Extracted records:

* * * * * * * * *

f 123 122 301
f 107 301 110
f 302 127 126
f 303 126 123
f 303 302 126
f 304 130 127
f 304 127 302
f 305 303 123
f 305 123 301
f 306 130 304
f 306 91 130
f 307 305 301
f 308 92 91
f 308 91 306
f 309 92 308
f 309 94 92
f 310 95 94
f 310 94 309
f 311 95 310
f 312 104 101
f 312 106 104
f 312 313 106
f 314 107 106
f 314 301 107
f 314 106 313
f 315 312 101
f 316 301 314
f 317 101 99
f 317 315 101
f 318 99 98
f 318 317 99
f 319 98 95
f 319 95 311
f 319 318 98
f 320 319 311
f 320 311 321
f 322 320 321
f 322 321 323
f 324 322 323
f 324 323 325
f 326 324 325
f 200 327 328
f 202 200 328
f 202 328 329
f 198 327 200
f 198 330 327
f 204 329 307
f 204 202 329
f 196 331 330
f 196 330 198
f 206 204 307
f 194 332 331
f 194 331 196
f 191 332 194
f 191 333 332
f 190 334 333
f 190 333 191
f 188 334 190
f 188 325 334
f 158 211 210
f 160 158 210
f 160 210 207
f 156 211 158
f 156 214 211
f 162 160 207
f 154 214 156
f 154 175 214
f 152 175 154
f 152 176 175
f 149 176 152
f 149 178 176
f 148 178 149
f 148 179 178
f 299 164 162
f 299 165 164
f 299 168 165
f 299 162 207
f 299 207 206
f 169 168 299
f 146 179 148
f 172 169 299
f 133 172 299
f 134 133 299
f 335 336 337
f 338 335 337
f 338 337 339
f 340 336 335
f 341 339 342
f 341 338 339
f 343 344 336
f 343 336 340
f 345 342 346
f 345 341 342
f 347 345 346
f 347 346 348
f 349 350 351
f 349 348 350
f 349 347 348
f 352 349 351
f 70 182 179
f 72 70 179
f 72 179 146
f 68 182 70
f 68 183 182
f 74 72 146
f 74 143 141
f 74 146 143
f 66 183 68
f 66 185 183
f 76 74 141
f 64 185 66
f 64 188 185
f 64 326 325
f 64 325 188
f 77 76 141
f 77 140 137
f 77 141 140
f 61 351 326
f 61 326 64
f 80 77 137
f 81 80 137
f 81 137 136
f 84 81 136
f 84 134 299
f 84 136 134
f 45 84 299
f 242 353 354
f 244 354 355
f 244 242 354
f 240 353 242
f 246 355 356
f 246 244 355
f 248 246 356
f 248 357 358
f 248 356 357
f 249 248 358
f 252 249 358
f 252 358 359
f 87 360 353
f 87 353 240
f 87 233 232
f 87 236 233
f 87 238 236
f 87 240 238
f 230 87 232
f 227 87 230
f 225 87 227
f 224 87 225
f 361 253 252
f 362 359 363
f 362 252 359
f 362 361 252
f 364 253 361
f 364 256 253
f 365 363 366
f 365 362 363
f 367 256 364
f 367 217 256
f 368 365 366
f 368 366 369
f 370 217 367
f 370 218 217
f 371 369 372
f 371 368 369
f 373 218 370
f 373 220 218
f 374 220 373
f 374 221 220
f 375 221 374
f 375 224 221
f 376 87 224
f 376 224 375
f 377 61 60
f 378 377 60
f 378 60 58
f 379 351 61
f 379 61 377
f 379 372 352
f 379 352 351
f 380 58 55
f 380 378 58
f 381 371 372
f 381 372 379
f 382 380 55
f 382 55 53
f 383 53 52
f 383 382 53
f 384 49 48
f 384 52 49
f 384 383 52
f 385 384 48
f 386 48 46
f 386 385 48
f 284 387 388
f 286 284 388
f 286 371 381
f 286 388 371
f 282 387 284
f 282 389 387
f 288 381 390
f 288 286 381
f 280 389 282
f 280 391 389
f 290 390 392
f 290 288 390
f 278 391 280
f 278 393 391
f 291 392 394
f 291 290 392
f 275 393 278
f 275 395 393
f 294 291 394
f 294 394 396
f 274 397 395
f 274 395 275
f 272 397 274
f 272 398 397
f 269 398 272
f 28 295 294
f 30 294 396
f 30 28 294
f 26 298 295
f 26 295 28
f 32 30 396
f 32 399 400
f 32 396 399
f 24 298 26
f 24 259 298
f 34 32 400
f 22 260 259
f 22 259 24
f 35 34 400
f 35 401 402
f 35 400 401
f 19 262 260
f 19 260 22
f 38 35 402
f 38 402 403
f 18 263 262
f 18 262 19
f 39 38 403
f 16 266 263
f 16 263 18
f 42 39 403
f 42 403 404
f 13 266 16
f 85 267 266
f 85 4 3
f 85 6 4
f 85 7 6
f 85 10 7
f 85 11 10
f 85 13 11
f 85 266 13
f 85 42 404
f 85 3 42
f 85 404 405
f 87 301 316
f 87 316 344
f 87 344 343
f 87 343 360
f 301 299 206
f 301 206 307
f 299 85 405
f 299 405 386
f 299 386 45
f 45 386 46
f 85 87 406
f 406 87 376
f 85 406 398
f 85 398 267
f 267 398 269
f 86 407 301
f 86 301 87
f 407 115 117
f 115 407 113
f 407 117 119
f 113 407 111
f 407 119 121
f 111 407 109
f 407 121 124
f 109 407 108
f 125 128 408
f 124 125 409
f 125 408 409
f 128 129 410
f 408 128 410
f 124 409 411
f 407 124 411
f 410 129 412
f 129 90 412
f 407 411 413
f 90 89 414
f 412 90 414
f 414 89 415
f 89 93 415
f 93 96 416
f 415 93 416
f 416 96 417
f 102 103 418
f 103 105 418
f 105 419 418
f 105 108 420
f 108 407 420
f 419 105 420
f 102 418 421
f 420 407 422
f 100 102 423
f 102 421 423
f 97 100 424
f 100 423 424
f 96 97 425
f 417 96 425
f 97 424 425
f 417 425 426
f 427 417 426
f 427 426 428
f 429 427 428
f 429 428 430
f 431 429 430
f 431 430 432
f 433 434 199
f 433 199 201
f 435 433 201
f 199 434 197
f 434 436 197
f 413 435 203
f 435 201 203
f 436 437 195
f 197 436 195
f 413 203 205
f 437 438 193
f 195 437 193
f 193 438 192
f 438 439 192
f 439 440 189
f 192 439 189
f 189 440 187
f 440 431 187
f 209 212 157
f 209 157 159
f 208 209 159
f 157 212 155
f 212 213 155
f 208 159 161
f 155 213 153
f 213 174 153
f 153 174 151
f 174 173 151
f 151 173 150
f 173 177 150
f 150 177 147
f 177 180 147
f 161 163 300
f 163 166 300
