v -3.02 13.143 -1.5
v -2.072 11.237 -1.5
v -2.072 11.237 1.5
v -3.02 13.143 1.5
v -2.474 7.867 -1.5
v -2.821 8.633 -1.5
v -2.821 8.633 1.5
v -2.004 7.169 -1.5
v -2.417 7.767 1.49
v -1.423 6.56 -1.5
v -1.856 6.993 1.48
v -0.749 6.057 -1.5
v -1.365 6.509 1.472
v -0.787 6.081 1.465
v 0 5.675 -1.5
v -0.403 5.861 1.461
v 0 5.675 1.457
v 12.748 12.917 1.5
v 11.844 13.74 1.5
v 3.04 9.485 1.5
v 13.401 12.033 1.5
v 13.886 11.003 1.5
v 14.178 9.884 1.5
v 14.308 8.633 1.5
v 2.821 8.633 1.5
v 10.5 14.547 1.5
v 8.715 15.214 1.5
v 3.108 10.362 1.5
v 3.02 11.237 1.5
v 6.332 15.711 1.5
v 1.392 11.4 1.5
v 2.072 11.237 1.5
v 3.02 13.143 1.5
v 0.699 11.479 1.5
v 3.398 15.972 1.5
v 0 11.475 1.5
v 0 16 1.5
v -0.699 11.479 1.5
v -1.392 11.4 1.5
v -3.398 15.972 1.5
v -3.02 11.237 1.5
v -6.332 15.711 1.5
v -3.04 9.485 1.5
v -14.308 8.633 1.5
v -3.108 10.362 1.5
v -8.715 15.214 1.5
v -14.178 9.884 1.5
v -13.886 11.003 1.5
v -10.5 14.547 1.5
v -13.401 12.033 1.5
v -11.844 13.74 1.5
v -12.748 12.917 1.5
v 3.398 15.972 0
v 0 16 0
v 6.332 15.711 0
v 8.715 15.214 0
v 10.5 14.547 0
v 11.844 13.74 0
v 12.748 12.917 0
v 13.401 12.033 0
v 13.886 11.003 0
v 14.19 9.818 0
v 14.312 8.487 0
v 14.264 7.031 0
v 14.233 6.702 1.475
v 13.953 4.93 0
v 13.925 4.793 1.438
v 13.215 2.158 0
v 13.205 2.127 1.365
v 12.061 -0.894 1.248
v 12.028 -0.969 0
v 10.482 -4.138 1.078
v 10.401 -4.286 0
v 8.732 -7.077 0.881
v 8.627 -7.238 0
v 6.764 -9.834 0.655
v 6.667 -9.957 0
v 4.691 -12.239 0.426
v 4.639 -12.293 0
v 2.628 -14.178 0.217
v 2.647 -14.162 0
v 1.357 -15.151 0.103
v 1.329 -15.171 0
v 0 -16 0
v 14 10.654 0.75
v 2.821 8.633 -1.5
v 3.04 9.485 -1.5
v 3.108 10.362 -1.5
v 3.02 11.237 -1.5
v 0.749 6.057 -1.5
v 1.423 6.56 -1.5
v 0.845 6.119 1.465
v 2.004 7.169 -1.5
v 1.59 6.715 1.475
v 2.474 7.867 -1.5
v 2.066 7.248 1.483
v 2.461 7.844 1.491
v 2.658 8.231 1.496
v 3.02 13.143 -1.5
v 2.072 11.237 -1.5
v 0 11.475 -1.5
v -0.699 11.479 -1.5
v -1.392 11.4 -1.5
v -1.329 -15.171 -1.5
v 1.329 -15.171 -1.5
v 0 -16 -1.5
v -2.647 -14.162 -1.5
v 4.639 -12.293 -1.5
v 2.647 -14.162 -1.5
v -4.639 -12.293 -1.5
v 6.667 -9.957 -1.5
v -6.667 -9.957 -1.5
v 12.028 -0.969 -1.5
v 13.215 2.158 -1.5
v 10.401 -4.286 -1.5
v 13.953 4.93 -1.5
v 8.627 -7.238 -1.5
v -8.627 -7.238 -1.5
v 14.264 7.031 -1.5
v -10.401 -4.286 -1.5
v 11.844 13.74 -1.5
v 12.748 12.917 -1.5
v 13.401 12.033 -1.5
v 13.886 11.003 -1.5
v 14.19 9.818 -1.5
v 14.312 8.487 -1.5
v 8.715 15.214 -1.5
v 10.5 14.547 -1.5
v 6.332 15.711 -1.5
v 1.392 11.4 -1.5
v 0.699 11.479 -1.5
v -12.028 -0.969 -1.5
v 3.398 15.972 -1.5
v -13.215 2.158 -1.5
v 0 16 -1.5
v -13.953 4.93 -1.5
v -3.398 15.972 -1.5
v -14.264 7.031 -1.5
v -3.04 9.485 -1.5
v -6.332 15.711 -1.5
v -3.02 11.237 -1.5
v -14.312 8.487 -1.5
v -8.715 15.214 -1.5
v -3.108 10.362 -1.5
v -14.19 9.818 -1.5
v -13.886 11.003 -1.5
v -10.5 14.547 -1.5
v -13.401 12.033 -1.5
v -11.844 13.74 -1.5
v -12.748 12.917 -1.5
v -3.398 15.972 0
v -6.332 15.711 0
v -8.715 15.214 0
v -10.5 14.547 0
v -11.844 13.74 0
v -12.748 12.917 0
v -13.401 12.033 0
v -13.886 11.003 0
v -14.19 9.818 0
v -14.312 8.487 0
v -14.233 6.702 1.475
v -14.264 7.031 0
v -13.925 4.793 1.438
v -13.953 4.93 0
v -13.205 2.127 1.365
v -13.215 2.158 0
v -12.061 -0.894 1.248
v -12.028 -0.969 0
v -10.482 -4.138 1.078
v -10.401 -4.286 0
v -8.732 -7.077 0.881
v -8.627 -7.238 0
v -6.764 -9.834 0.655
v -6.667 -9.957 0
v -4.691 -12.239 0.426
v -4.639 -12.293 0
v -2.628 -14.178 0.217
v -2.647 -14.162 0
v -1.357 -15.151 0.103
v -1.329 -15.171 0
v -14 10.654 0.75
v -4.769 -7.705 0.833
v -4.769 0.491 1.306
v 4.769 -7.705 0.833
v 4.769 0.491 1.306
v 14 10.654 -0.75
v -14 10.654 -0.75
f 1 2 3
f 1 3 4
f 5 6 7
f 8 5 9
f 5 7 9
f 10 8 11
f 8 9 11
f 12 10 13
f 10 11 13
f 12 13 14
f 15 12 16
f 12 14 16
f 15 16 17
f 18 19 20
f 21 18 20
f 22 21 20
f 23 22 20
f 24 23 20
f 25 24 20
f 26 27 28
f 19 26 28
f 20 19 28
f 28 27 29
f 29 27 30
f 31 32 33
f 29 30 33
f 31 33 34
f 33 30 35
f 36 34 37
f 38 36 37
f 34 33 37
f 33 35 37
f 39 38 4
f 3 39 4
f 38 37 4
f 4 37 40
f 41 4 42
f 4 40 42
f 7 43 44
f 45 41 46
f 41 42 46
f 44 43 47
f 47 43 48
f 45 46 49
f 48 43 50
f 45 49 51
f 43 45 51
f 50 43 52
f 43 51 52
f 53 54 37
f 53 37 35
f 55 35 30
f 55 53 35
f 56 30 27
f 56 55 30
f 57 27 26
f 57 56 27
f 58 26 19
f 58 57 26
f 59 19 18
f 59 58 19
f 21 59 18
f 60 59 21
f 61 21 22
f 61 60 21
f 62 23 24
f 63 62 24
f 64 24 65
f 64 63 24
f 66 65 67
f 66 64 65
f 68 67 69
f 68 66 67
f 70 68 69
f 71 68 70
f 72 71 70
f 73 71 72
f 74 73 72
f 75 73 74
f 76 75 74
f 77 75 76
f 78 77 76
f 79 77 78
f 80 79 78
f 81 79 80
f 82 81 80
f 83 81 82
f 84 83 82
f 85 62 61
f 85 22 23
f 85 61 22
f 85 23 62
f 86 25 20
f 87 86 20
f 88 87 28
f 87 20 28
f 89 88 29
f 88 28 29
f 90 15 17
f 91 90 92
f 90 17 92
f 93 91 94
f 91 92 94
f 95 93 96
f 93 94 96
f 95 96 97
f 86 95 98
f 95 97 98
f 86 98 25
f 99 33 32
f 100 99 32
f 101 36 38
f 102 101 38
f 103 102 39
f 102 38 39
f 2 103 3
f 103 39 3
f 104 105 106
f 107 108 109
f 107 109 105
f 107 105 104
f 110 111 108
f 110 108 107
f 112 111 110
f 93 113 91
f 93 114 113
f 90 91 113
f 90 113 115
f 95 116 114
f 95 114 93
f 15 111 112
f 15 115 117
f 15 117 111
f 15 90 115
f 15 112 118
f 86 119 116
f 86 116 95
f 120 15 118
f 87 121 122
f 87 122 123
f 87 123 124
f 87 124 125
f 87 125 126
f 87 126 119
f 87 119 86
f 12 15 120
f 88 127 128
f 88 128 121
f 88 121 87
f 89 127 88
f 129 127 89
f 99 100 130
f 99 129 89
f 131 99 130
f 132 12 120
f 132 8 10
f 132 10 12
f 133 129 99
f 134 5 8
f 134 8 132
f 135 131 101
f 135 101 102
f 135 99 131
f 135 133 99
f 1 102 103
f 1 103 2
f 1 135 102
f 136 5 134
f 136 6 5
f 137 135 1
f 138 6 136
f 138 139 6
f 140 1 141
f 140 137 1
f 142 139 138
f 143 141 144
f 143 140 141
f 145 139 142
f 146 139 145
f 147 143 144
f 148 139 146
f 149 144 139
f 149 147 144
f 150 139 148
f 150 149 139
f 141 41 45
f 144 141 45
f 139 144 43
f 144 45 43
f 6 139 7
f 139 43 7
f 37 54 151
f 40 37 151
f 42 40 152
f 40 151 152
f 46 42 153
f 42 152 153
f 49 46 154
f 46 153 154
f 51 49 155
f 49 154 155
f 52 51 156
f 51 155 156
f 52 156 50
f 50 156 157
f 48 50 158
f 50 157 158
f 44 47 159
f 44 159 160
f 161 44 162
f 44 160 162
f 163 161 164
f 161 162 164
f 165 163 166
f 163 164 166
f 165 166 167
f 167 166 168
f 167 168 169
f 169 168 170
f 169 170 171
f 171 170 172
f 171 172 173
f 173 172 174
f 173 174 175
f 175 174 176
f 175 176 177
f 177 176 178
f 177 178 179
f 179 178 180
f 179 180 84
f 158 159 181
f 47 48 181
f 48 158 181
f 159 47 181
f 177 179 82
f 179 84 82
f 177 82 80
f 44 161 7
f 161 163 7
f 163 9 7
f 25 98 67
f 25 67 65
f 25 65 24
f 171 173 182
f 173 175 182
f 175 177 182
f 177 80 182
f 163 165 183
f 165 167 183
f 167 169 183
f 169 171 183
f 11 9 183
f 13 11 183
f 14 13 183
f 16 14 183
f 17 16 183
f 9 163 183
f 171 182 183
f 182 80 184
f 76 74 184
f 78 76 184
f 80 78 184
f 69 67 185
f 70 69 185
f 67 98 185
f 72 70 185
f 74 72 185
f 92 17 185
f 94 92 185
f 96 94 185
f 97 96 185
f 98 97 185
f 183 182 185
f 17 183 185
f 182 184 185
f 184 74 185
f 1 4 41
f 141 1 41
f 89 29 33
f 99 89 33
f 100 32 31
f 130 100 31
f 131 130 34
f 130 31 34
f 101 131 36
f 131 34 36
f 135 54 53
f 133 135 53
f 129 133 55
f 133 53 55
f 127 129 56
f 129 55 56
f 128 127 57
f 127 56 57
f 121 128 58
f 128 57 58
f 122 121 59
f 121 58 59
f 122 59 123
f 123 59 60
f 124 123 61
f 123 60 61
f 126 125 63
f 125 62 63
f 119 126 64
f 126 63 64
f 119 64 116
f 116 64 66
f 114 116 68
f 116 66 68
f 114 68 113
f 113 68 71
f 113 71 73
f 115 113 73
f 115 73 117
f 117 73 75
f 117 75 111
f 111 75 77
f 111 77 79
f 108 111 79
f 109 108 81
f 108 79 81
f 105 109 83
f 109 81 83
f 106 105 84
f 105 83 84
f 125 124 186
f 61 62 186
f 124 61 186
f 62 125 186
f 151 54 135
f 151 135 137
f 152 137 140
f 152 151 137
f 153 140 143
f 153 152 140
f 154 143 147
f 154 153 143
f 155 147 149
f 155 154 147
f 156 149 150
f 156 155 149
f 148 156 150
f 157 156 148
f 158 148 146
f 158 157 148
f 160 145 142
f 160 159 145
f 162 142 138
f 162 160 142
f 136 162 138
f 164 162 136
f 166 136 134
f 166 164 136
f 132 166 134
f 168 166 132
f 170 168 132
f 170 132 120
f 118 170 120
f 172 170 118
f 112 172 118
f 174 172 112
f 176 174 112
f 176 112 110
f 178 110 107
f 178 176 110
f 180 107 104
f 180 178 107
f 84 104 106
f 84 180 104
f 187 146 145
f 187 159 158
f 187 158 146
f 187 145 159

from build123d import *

# Parameters (mm, degrees)
F1_DEPTH = 1.5
F4_DEPTH = 35
F6_DEPTH = 25


with BuildPart() as f1:
    # F0 (on Top) → F1 (new body, symmetric)
    with BuildSketch(Plane.XY):
        with BuildLine():
            add(Edge.make_bspline(
                [(0, 16), (6.1912308447, 16.1269828677), (21.6322143415, 14.6137327369), (8.0521190539, -11.5674184635), (0, -16)],
                knots=[0, 0, 0, 0, 0.4136694367, 1, 1, 1, 1], degree=3))
            add(Edge.make_bspline(
                [(0, 16), (-6.1912308447, 16.1269828677), (-21.6322143415, 14.6137327369), (-8.0521190539, -11.5674184635), (0, -16)],
                knots=[0, 0, 0, 0, 0.4136694367, 1, 1, 1, 1], degree=3))
        make_face()
    extrude(amount=F1_DEPTH, both=True)

    # F3 (on offset) → F4 (cut)
    with BuildSketch(Plane.YZ.offset(15)):
        with BuildLine():
            add(Edge.make_bspline(
                [(-16, 0), (-7.6402679005, 1.0387831861), (0.5034198032, 1.4199266316), (8.633417238, 1.5)],
                knots=[0, 0, 0, 0, 24.6053512698, 24.6053512698, 24.6053512698, 24.6053512698], degree=3))
            Line((8.633417238, 1.5), (-16, 1.5))
            Line((-16, 1.5), (-16, 0))
        make_face()
    extrude(amount=-F4_DEPTH, mode=Mode.SUBTRACT)

    # F5 (on face) → F6 (cut)
    with BuildSketch(Plane.XY.offset(1.5)):
        with BuildLine():
            ThreePointArc((2.0718916785, 11.2373186275), (1.0466922086, 11.4498374057), (0, 11.4750089124))
            ThreePointArc((0, 11.4750089124), (-1.0466922086, 11.4498374057), (-2.0718916785, 11.2373186275))
            Line((-2.0718916785, 11.2373186275), (-3.0199242756, 13.1428707391))
            Line((-3.0199242756, 13.1428707391), (-3.0199242756, 11.2373186275))
            ThreePointArc((-3.0199242756, 11.2373186275), (-3.0933443524, 9.9221413952), (-2.8208159928, 8.633417238))
            Line((-2.8208159928, 8.633417238), (2.8208159928, 8.633417238))
            ThreePointArc((2.8208159928, 8.633417238), (3.0933443524, 9.9221413952), (3.0199242756, 11.2373186275))
            Line((3.0199242756, 11.2373186275), (3.0199242756, 13.1428707391))
            Line((3.0199242756, 13.1428707391), (2.0718916785, 11.2373186275))
        make_face()
        with BuildLine():
            Line((2.8208159928, 8.633417238), (-2.8208159928, 8.633417238))
            ThreePointArc((-2.8208159928, 8.633417238), (-1.7265393737, 6.8526567573), (0, 5.6746877424))
            ThreePointArc((0, 5.6746877424), (1.7265393737, 6.8526567573), (2.8208159928, 8.633417238))
        make_face()
    extrude(amount=-F6_DEPTH, mode=Mode.SUBTRACT)


solid = f1.part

* * * * * * * * *

§ **Instructions for the task**
The required output is every line above from the one with "f 99 100 130" down to the one with "f 161 163 7", restated word for word, ends included.

§ **Written solution**
f 99 100 130
f 99 129 89
f 131 99 130
f 132 12 120
f 132 8 10
f 132 10 12
f 133 129 99
f 134 5 8
f 134 8 132
f 135 131 101
f 135 101 102
f 135 99 131
f 135 133 99
f 1 102 103
f 1 103 2
f 1 135 102
f 136 5 134
f 136 6 5
f 137 135 1
f 138 6 136
f 138 139 6
f 140 1 141
f 140 137 1
f 142 139 138
f 143 141 144
f 143 140 141
f 145 139 142
f 146 139 145
f 147 143 144
f 148 139 146
f 149 144 139
f 149 147 144
f 150 139 148
f 150 149 139
f 141 41 45
f 144 141 45
f 139 144 43
f 144 45 43
f 6 139 7
f 139 43 7
f 37 54 151
f 40 37 151
f 42 40 152
f 40 151 152
f 46 42 153
f 42 152 153
f 49 46 154
f 46 153 154
f 51 49 155
f 49 154 155
f 52 51 156
f 51 155 156
f 52 156 50
f 50 156 157
f 48 50 158
f 50 157 158
f 44 47 159
f 44 159 160
f 161 44 162
f 44 160 162
f 163 161 164
f 161 162 164
f 165 163 166
f 163 164 166
f 165 166 167
f 167 166 168
f 167 168 169
f 169 168 170
f 169 170 171
f 171 170 172
f 171 172 173
f 173 172 174
f 173 174 175
f 175 174 176
f 175 176 177
f 177 176 178
f 177 178 179
f 179 178 180
f 179 180 84
f 158 159 181
f 47 48 181
f 48 158 181
f 159 47 181
f 177 179 82
f 179 84 82
f 177 82 80
f 44 161 7
f 161 163 7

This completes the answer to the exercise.